Your task is to repeat exactly the lines below between the line holding "e35 v1 v22 LINE" and the line holding "Rebuilt in FreeCAD, every", inclusive, and only those.

Start of Records for this exercise

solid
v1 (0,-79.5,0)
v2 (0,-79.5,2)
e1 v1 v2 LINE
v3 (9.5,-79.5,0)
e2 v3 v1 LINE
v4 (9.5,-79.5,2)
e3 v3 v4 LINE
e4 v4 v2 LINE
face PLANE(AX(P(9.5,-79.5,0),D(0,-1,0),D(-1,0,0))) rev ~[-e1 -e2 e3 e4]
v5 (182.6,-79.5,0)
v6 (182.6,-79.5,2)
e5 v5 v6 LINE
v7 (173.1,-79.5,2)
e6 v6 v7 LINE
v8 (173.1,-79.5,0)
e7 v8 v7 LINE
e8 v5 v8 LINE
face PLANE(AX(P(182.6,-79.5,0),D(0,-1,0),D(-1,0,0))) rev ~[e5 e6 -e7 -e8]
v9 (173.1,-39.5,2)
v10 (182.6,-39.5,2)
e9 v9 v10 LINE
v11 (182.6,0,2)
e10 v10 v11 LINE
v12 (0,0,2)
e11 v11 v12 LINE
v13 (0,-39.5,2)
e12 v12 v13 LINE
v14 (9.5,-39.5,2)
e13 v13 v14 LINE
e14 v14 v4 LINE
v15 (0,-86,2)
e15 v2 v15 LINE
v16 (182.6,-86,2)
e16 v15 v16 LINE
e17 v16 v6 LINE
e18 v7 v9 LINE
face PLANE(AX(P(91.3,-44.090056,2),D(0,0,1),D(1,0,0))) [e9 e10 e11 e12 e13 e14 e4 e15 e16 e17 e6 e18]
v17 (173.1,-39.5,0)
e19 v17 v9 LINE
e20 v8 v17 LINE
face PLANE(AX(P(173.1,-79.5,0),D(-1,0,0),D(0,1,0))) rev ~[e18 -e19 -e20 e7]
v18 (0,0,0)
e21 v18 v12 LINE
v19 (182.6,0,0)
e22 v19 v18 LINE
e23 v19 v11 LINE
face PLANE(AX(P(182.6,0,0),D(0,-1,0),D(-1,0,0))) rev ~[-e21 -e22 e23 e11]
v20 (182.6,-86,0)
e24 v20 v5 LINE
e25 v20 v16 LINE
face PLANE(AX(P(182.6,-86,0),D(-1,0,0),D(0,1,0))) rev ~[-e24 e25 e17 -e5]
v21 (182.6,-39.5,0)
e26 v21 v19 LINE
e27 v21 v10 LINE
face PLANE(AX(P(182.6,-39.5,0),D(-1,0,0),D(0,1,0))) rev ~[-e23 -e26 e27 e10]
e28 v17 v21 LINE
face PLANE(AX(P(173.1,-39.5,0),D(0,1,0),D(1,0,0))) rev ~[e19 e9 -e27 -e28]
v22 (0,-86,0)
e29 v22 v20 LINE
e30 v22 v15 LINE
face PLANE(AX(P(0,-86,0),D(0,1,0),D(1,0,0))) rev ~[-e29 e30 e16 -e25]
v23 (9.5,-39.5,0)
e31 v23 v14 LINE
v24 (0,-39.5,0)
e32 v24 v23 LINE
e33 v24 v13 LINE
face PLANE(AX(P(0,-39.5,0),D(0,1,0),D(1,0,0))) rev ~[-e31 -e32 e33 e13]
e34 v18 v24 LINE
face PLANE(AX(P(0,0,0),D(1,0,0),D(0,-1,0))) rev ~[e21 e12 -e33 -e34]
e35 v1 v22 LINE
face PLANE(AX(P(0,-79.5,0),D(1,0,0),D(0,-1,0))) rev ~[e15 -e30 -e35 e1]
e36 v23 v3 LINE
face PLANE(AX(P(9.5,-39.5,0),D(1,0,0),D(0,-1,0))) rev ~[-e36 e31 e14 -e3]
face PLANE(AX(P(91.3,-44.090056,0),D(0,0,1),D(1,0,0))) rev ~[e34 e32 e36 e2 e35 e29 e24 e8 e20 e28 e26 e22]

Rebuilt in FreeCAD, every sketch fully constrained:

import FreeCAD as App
import Part
import Sketcher

doc = App.newDocument("Part")
body = doc.addObject("PartDesign::Body", "Body")

sketch1 = body.newObject("Sketcher::SketchObject", "Sketch")
sketch1.AttachmentSupport = (doc.getObject("XY_Plane"), [""])
sketch1.MapMode = "FlatFace"
sketch1.addGeometry([
    Part.LineSegment(App.Vector(0, -80, 0), App.Vector(0, -86, 0)),
    Part.LineSegment(App.Vector(0, -86, 0), App.Vector(183, -86, 0)),
    Part.LineSegment(App.Vector(183, -86, 0), App.Vector(183, -80, 0)),
    Part.LineSegment(App.Vector(183, -80, 0), App.Vector(173, -80, 0)),
    Part.LineSegment(App.Vector(173, -80, 0), App.Vector(173, -40, 0)),
    Part.LineSegment(App.Vector(173, -40, 0), App.Vector(183, -40, 0)),
    Part.LineSegment(App.Vector(183, -40, 0), App.Vector(183, 0, 0)),
    Part.LineSegment(App.Vector(183, 0, 0), App.Vector(0, 0, 0)),
    Part.LineSegment(App.Vector(0, 0, 0), App.Vector(0, -40, 0)),
    Part.LineSegment(App.Vector(0, -40, 0), App.Vector(10, -40, 0)),
    Part.LineSegment(App.Vector(10, -40, 0), App.Vector(10, -80, 0)),
    Part.LineSegment(App.Vector(10, -80, 0), App.Vector(0, -80, 0)),
], False)
sketch1.addConstraint([
    Sketcher.Constraint("Coincident", 0, 2, 1, 1),
    Sketcher.Constraint("Coincident", 1, 2, 2, 1),
    Sketcher.Constraint("Coincident", 2, 2, 3, 1),
    Sketcher.Constraint("Coincident", 3, 2, 4, 1),
    Sketcher.Constraint("Coincident", 4, 2, 5, 1),
    Sketcher.Constraint("Coincident", 5, 2, 6, 1),
    Sketcher.Constraint("Coincident", 6, 2, 7, 1),
    Sketcher.Constraint("Coincident", 7, 2, 8, 1),
    Sketcher.Constraint("Coincident", 8, 2, 9, 1),
    Sketcher.Constraint("Coincident", 9, 2, 10, 1),
    Sketcher.Constraint("Coincident", 10, 2, 11, 1),
    Sketcher.Constraint("Coincident", 11, 2, 0, 1),
    Sketcher.Constraint("Vertical", 0),
    Sketcher.Constraint("Horizontal", 1),
    Sketcher.Constraint("Vertical", 2),
    Sketcher.Constraint("Horizontal", 3),
    Sketcher.Constraint("Vertical", 4),
    Sketcher.Constraint("Horizontal", 5),
    Sketcher.Constraint("Vertical", 6),
    Sketcher.Constraint("Horizontal", 7),
    Sketcher.Constraint("Vertical", 8),
    Sketcher.Constraint("Horizontal", 9),
    Sketcher.Constraint("Vertical", 10),
    Sketcher.Constraint("Horizontal", 11),
    Sketcher.Constraint("Coincident", 7, 2, -1, 1),
    Sketcher.Constraint("PointOnObject", 0, 2, -2),
    Sketcher.Constraint("Horizontal", 5, 2, 8, 2),
    Sketcher.Constraint("Horizontal", 3, 2, 10, 2),
    Sketcher.Constraint("Vertical", 2, 2, 5, 2),
    Sketcher.Constraint("Equal", 5, 9),
    Sketcher.Constraint("DistanceY", 4, 1, 4, 2, 40.0),
    Sketcher.Constraint("DistanceX", 1, 1, 1, 2, 182.6),
    Sketcher.Constraint("DistanceX", 3, 2, 3, 1, 9.5),
    Sketcher.Constraint("DistanceY", 0, 2, 0, 1, 6.5),
    Sketcher.Constraint("DistanceY", 6, 1, 6, 2, 39.5),
])
pad1 = body.newObject("PartDesign::Pad", "Pad")
pad1.Profile = sketch1
pad1.Length = 2

doc.recompute()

End of Records for this exercise

**Answer section:**
e35 v1 v22 LINE
face PLANE(AX(P(0,-79.5,0),D(1,0,0),D(0,-1,0))) rev ~[e15 -e30 -e35 e1]
e36 v23 v3 LINE
face PLANE(AX(P(9.5,-39.5,0),D(1,0,0),D(0,-1,0))) rev ~[-e36 e31 e14 -e3]
face PLANE(AX(P(91.3,-44.090056,0),D(0,0,1),D(1,0,0))) rev ~[e34 e32 e36 e2 e35 e29 e24 e8 e20 e28 e26 e22]

Rebuilt in FreeCAD, every sketch fully constrained:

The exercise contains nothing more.